40/01 Verwaltungsverfahren;
90/01 Straßenverkehrsordnung;

Norm

StVO 1960 §82 Abs1;
StVO 1960 §82 Abs3 litc;
StVO 1960 §99 Abs3 litd;
VStG §44a Z1;
VStG §44a Z2;

Betreff

Der Verwaltungsgerichtshof hat durch den Vorsitzenden Senatspräsident Dr. Stoll und die Hofräte Dr. Riedinger und Dr. Beck als Richter, im Beisein der Schriftführerin Mag. Breunlich, über die Beschwerde des WR in L, vertreten durch Hager & Teuchtmann, Rechtsanwälte in Linz/Urfahr, Hauptstraße 33, gegen den Bescheid des unabhängigen Verwaltungssenates des Landes Oberösterreich vom 10. März 1997, Zl. VwSen-104345/9/Br, betreffend Übertretung der StVO, zu Recht erkannt

Spruch

Die Beschwerde wird als unbegründet abgewiesen.

Der Beschwerdeführer hat dem Land Oberösterreich Aufwendungen in der Höhe von S 4.565.-- binnen zwei Wochen bei sonstiger Exekution zu ersetzen.

Begründung

Mit dem im Instanzenzug ergangenen angefochtenen Bescheid wurde der Beschwerdeführer schuldig befunden, er habe als handelsrechtlicher Geschäftsführer und somit als zur Vertretung nach außen Berufener einer näher genannten Gesellschaft mit beschränkter Haftung zu verantworten, dass am 1. August 1996 um 20.18 Uhr vor einem näher genannten "Cafe" an einem näher genannten Ort in Linz der vor dem Lokal befindliche Schanigarten eine Tiefe von 2,55 m gehabt habe, obwohl laut straßenpolizeilicher Bewilligung lediglich eine Tiefe von 1,5 m bewilligt worden sei, wodurch im Ausmaß einer Breite von 105 cm die Straße ohne entsprechende Bewilligung zu einem verkehrsfremden Zweck benützt worden sei.

Er habe dadurch eine Übertretung nach "§ 99 Abs. 3 lit. d i. V. m. § 82 Abs. 1 StVO" begangen, weshalb über ihn eine - von der belangten Behörde herabgesetzte - Geldstrafe (Ersatzfreiheitsstrafe) verhängt wurde.

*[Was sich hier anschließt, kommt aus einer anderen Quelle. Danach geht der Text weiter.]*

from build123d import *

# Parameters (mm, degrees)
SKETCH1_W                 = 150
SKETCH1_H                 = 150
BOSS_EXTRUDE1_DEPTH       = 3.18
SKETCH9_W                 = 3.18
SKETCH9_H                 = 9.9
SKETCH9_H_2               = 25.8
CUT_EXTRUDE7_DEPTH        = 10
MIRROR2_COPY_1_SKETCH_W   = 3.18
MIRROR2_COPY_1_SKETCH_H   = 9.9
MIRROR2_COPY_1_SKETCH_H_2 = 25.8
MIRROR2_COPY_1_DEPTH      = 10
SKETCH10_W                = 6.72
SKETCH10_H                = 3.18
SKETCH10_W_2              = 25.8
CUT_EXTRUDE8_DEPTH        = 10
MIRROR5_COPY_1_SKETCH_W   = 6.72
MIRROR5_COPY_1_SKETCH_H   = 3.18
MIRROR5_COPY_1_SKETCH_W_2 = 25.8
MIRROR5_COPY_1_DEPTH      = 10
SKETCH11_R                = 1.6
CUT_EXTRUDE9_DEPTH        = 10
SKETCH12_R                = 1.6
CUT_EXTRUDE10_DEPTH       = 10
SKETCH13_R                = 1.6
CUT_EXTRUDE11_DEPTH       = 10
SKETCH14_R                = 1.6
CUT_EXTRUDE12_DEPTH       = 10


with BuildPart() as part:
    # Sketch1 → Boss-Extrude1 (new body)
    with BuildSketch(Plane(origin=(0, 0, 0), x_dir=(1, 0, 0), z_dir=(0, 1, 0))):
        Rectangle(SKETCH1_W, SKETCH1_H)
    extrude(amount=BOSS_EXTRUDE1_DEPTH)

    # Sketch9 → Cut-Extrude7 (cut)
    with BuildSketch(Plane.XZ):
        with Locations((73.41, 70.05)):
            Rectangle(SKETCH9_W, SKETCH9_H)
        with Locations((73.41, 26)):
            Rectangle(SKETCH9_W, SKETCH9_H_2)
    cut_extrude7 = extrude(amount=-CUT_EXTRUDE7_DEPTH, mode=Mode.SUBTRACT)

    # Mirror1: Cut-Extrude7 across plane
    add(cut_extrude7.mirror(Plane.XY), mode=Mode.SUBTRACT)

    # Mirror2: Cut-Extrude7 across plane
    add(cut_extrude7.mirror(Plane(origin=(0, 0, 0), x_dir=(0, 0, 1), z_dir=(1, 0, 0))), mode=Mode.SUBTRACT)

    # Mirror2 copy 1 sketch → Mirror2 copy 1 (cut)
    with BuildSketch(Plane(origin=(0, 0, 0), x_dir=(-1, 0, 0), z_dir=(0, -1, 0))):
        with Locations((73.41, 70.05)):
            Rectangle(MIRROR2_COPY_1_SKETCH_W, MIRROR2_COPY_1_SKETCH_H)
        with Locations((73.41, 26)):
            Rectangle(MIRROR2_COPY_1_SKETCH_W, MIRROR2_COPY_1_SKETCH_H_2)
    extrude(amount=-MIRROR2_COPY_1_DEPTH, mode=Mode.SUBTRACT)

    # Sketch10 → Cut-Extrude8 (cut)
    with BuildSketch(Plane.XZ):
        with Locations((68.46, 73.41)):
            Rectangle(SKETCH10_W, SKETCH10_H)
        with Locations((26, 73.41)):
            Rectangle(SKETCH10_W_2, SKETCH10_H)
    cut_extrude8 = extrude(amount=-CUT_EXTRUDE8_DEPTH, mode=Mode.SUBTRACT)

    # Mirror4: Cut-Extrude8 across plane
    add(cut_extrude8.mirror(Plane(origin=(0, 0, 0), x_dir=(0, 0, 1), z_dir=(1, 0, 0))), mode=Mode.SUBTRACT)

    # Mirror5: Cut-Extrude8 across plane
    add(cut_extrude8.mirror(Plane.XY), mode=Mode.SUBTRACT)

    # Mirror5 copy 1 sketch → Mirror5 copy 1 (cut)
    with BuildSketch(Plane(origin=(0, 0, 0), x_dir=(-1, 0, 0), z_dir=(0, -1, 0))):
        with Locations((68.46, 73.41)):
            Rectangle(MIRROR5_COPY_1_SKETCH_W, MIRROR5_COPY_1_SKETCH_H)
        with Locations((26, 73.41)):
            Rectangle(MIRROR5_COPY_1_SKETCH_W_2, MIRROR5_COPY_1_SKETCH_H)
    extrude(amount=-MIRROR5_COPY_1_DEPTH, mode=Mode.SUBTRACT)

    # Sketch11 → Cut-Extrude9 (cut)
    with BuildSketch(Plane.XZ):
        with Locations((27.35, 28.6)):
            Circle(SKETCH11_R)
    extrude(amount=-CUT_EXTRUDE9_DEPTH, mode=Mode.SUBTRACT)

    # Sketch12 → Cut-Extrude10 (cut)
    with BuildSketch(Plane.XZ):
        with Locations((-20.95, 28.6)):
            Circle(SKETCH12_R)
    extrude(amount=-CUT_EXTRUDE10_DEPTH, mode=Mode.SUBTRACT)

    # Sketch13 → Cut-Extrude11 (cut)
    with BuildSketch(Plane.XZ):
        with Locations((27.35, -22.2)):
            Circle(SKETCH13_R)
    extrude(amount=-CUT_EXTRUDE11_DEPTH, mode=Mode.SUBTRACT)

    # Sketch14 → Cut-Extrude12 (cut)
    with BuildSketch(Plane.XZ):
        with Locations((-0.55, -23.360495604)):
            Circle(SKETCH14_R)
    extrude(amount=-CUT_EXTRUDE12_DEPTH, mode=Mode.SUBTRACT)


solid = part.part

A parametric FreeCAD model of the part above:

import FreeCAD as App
import Part
import Sketcher
Q = App.Units.Quantity

doc = App.newDocument("Part")
params = doc.addObject("Spreadsheet::Sheet", "Params")
for row, (alias, value) in enumerate([
    ("sketch1_width", "150 mm"),
    ("pad1_length", "3.18 mm"),
    ("sketch2_height", "9.9 mm"),
    ("sketch2_height2", "25.8 mm"),
    ("sketch2_width", "3.18 mm"),
    ("pocket1_length", "10 mm"),
    ("sketch3_height", "9.9 mm"),
    ("sketch3_height2", "25.8 mm"),
    ("sketch3_width", "3.18 mm"),
    ("pocket2_length", "10 mm"),
    ("sketch4_width", "25.8 mm"),
    ("sketch4_width2", "6.72 mm"),
    ("sketch4_height", "3.18 mm"),
    ("pocket3_length", "10 mm"),
    ("sketch5_width", "25.8 mm"),
    ("sketch5_width2", "6.72 mm"),
    ("sketch5_height", "3.18 mm"),
    ("pocket4_length", "10 mm"),
    ("sketch6_diameter", "3.2 mm"),
    ("pocket5_length", "10 mm"),
    ("sketch7_diameter", "3.2 mm"),
    ("pocket6_length", "10 mm"),
    ("sketch8_diameter", "3.2 mm"),
    ("pocket7_length", "10 mm"),
    ("sketch9_diameter", "3.2 mm"),
    ("pocket8_length", "10 mm"),
], start=1):
    params.set(f"A{row}", alias)
    params.set(f"B{row}", "=" + value)
    params.setAlias(f"B{row}", alias)

body = doc.addObject("PartDesign::Body", "Body")

sketch1 = doc.addObject("Sketcher::SketchObject", "Sketch")
body.addObject(sketch1)
sketch1.AttachmentSupport = (doc.XZ_Plane, [""])
sketch1.MapMode = "FlatFace"
sketch1.addGeometry(Part.LineSegment(App.Vector(-75, -75, 0), App.Vector(-75, 75, 0)), False)
sketch1.addGeometry(Part.LineSegment(App.Vector(-75, 75, 0), App.Vector(75, 75, 0)), False)
sketch1.addGeometry(Part.LineSegment(App.Vector(75, 75, 0), App.Vector(75, -75, 0)), False)
sketch1.addGeometry(Part.LineSegment(App.Vector(75, -75, 0), App.Vector(-75, -75, 0)), False)
sketch1.addConstraint(Sketcher.Constraint("Coincident", 0, 2, 1, 1))
sketch1.addConstraint(Sketcher.Constraint("Coincident", 1, 2, 2, 1))
sketch1.addConstraint(Sketcher.Constraint("Coincident", 2, 2, 3, 1))
sketch1.addConstraint(Sketcher.Constraint("Coincident", 3, 2, 0, 1))
sketch1.addConstraint(Sketcher.Constraint("Vertical", 0))
sketch1.addConstraint(Sketcher.Constraint("Horizontal", 1))
sketch1.addConstraint(Sketcher.Constraint("Vertical", 2))
sketch1.addConstraint(Sketcher.Constraint("Horizontal", 3))
sketch1.addConstraint(Sketcher.Constraint("Symmetric", 0, 2, 2, 2, -1, 1))
sketch1.addConstraint(Sketcher.Constraint("Equal", 3, 0))
sketch1.addConstraint(Sketcher.Constraint("DistanceX", 1, 1, 1, 2, Q("150 mm")))
sketch1.setExpression("Constraints[10]", "Params.sketch1_width")
pad1 = doc.addObject("PartDesign::Pad", "Pad")
body.addObject(pad1)
pad1.Profile = sketch1
pad1.setExpression("Length", "Params.pad1_length")
pad1.Reversed = True

sketch2 = doc.addObject("Sketcher::SketchObject", "Sketch001")
body.addObject(sketch2)
sketch2.AttachmentSupport = (doc.XZ_Plane, [""])
sketch2.MapMode = "FlatFace"
sketch2.addGeometry(Part.LineSegment(App.Vector(71.8, 75, 0), App.Vector(71.8, 65.1, 0)), False)
sketch2.addGeometry(Part.LineSegment(App.Vector(71.8, 65.1, 0), App.Vector(75, 65.1, 0)), False)
sketch2.addGeometry(Part.LineSegment(App.Vector(75, 65.1, 0), App.Vector(75, 75, 0)), False)
sketch2.addGeometry(Part.LineSegment(App.Vector(75, 75, 0), App.Vector(71.8, 75, 0)), False)
sketch2.addGeometry(Part.LineSegment(App.Vector(71.8, 38.9, 0), App.Vector(71.8, 13.1, 0)), False)
sketch2.addGeometry(Part.LineSegment(App.Vector(71.8, 13.1, 0), App.Vector(75, 13.1, 0)), False)
sketch2.addGeometry(Part.LineSegment(App.Vector(75, 13.1, 0), App.Vector(75, 38.9, 0)), False)
sketch2.addGeometry(Part.LineSegment(App.Vector(75, 38.9, 0), App.Vector(71.8, 38.9, 0)), False)
sketch2.addConstraint(Sketcher.Constraint("Coincident", 0, 2, 1, 1))
sketch2.addConstraint(Sketcher.Constraint("Coincident", 1, 2, 2, 1))
sketch2.addConstraint(Sketcher.Constraint("Coincident", 2, 2, 3, 1))
sketch2.addConstraint(Sketcher.Constraint("Coincident", 3, 2, 0, 1))
sketch2.addConstraint(Sketcher.Constraint("Coincident", 4, 2, 5, 1))
sketch2.addConstraint(Sketcher.Constraint("Coincident", 5, 2, 6, 1))
sketch2.addConstraint(Sketcher.Constraint("Coincident", 6, 2, 7, 1))
sketch2.addConstraint(Sketcher.Constraint("Coincident", 7, 2, 4, 1))
sketch2.addConstraint(Sketcher.Constraint("Vertical", 0))
sketch2.addConstraint(Sketcher.Constraint("Horizontal", 1))
sketch2.addConstraint(Sketcher.Constraint("Vertical", 2))
sketch2.addConstraint(Sketcher.Constraint("Horizontal", 3))
sketch2.addConstraint(Sketcher.Constraint("Vertical", 4))
sketch2.addConstraint(Sketcher.Constraint("Horizontal", 5))
sketch2.addConstraint(Sketcher.Constraint("Vertical", 6))
sketch2.addConstraint(Sketcher.Constraint("Horizontal", 7))
sketch2.addConstraint(Sketcher.Constraint("Vertical", 3, 2, 4, 2))
sketch2.addConstraint(Sketcher.Constraint("Vertical", 2, 2, 5, 2))
sketch2.addConstraint(Sketcher.Constraint("DistanceY", 0, 2, 0, 1, Q("9.9 mm")))
sketch2.addConstraint(Sketcher.Constraint("DistanceY", 4, 2, 4, 1, Q("25.8 mm")))
sketch2.addConstraint(Sketcher.Constraint("DistanceX", -1, 1, 1, 2, Q("75 mm")))
sketch2.addConstraint(Sketcher.Constraint("DistanceY", -1, 1, 2, 2, Q("75 mm")))
sketch2.addConstraint(Sketcher.Constraint("DistanceY", 4, 2, 0, 2, Q("52 mm")))
sketch2.addConstraint(Sketcher.Constraint("DistanceX", 1, 1, 1, 2, Q("3.18 mm")))
sketch2.setExpression("Constraints[18]", "Params.sketch2_height")
sketch2.setExpression("Constraints[19]", "Params.sketch2_height2")
sketch2.setExpression("Constraints[23]", "Params.sketch2_width")
pocket1 = doc.addObject("PartDesign::Pocket", "Pocket")
body.addObject(pocket1)
pocket1.Profile = sketch2
pocket1.setExpression("Length", "Params.pocket1_length")
doc.recompute()

mirrored = doc.addObject("PartDesign::Mirrored", "Mirrored")
body.addObject(mirrored)
mirrored.Originals = [pocket1]
mirrored.MirrorPlane = (doc.XY_Plane, [""])
body.Tip = mirrored
doc.recompute()

mirrored2 = doc.addObject("PartDesign::Mirrored", "Mirrored001")
body.addObject(mirrored2)
mirrored2.Originals = [pocket1]
mirrored2.MirrorPlane = (doc.YZ_Plane, [""])
body.Tip = mirrored2

sketch3 = doc.addObject("Sketcher::SketchObject", "Sketch002")
body.addObject(sketch3)
sketch3.AttachmentSupport = (doc.XZ_Plane, [""])
sketch3.MapMode = "FlatFace"
sketch3.addGeometry(Part.LineSegment(App.Vector(-71.8, -75, 0), App.Vector(-71.8, -65.1, 0)), False)
sketch3.addGeometry(Part.LineSegment(App.Vector(-71.8, -65.1, 0), App.Vector(-75, -65.1, 0)), False)
sketch3.addGeometry(Part.LineSegment(App.Vector(-75, -65.1, 0), App.Vector(-75, -75, 0)), False)
sketch3.addGeometry(Part.LineSegment(App.Vector(-75, -75, 0), App.Vector(-71.8, -75, 0)), False)
sketch3.addGeometry(Part.LineSegment(App.Vector(-71.8, -38.9, 0), App.Vector(-71.8, -13.1, 0)), False)
sketch3.addGeometry(Part.LineSegment(App.Vector(-71.8, -13.1, 0), App.Vector(-75, -13.1, 0)), False)
sketch3.addGeometry(Part.LineSegment(App.Vector(-75, -13.1, 0), App.Vector(-75, -38.9, 0)), False)
sketch3.addGeometry(Part.LineSegment(App.Vector(-75, -38.9, 0), App.Vector(-71.8, -38.9, 0)), False)
sketch3.addConstraint(Sketcher.Constraint("Coincident", 0, 2, 1, 1))
sketch3.addConstraint(Sketcher.Constraint("Coincident", 1, 2, 2, 1))
sketch3.addConstraint(Sketcher.Constraint("Coincident", 2, 2, 3, 1))
sketch3.addConstraint(Sketcher.Constraint("Coincident", 3, 2, 0, 1))
sketch3.addConstraint(Sketcher.Constraint("Coincident", 4, 2, 5, 1))
sketch3.addConstraint(Sketcher.Constraint("Coincident", 5, 2, 6, 1))
sketch3.addConstraint(Sketcher.Constraint("Coincident", 6, 2, 7, 1))
sketch3.addConstraint(Sketcher.Constraint("Coincident", 7, 2, 4, 1))
sketch3.addConstraint(Sketcher.Constraint("Vertical", 0))
sketch3.addConstraint(Sketcher.Constraint("Horizontal", 1))
sketch3.addConstraint(Sketcher.Constraint("Vertical", 2))
sketch3.addConstraint(Sketcher.Constraint("Horizontal", 3))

In der Begründung des angefochtenen Bescheides wird u.a. ausgeführt, dass gemäß dem Bescheid des Magistrates der Landeshauptstadt Linz, Bezirksverwaltungsamt, vom 4. März 1996, abgeändert durch den Bescheid vom 20. Juni 1996, der vorgenannten Gesellschaft mit beschränkter Haftung "für die Zeitdauer vom 1.4.1996 bis 31.10.199? (gemeint wohl: 1996)" die Errichtung eines Schanigartens im Ausmaß von 4,7 m x 1,5 m vor einem der Anschrift nach näher genannten Objekt in Linz unter bestimmten - für das gegenständliche Verfahren nicht relevanten - Auflagen bewilligt worden sei. Diese Bescheide seien vom Beschwerdeführer nicht bekämpft worden und in Rechtskraft erwachsen.

Am 1. August 1996 kurz vor 20.18 Uhr sei vom Meldungsleger entlang der Hausmauer des der Anschrift nach näher bezeichneten Hauses ein Schanigarten in einer Tiefe von 2,55 m festgestellt worden. Zu diesem Zeitpunkt hätten sich noch keine Gäste an den in einer Doppelreihe ineinander verschachtelt aufgestellten Tischen befunden.

Gegen diesen Bescheid erhob der Beschwerdeführer zunächst Beschwerde an den Verfassungsgerichtshof, welcher die Behandlung derselben mit Beschluss vom 6. Oktober 1997, B 1180/97 - 3, ablehnte und sie in der Folge gemäß Art. 144 Abs. 3 B-VG an den Verwaltungsgerichtshof abtrat. Dieser hat erwogen:

Gemäß § 82 Abs. 1 StVO ist für die Benützung von Straßen einschließlich des darüber befindlichen, für die Sicherheit des Straßenverkehrs in Betracht kommenden Luftraumes zu anderen Zwecken als zu solchen des Straßenverkehrs, z. B. zu gewerblichen Tätigkeiten und zur Werbung, unbeschadet sonstiger Rechtsvorschriften eine Bewilligung nach diesem Bundesgesetz erforderlich. Das Gleiche gilt für Tätigkeiten, die geeignet sind, Menschenansammlungen auf der Straße herbeizuführen oder die Aufmerksamkeit der Lenker von Fahrzeugen zu beeinträchtigen.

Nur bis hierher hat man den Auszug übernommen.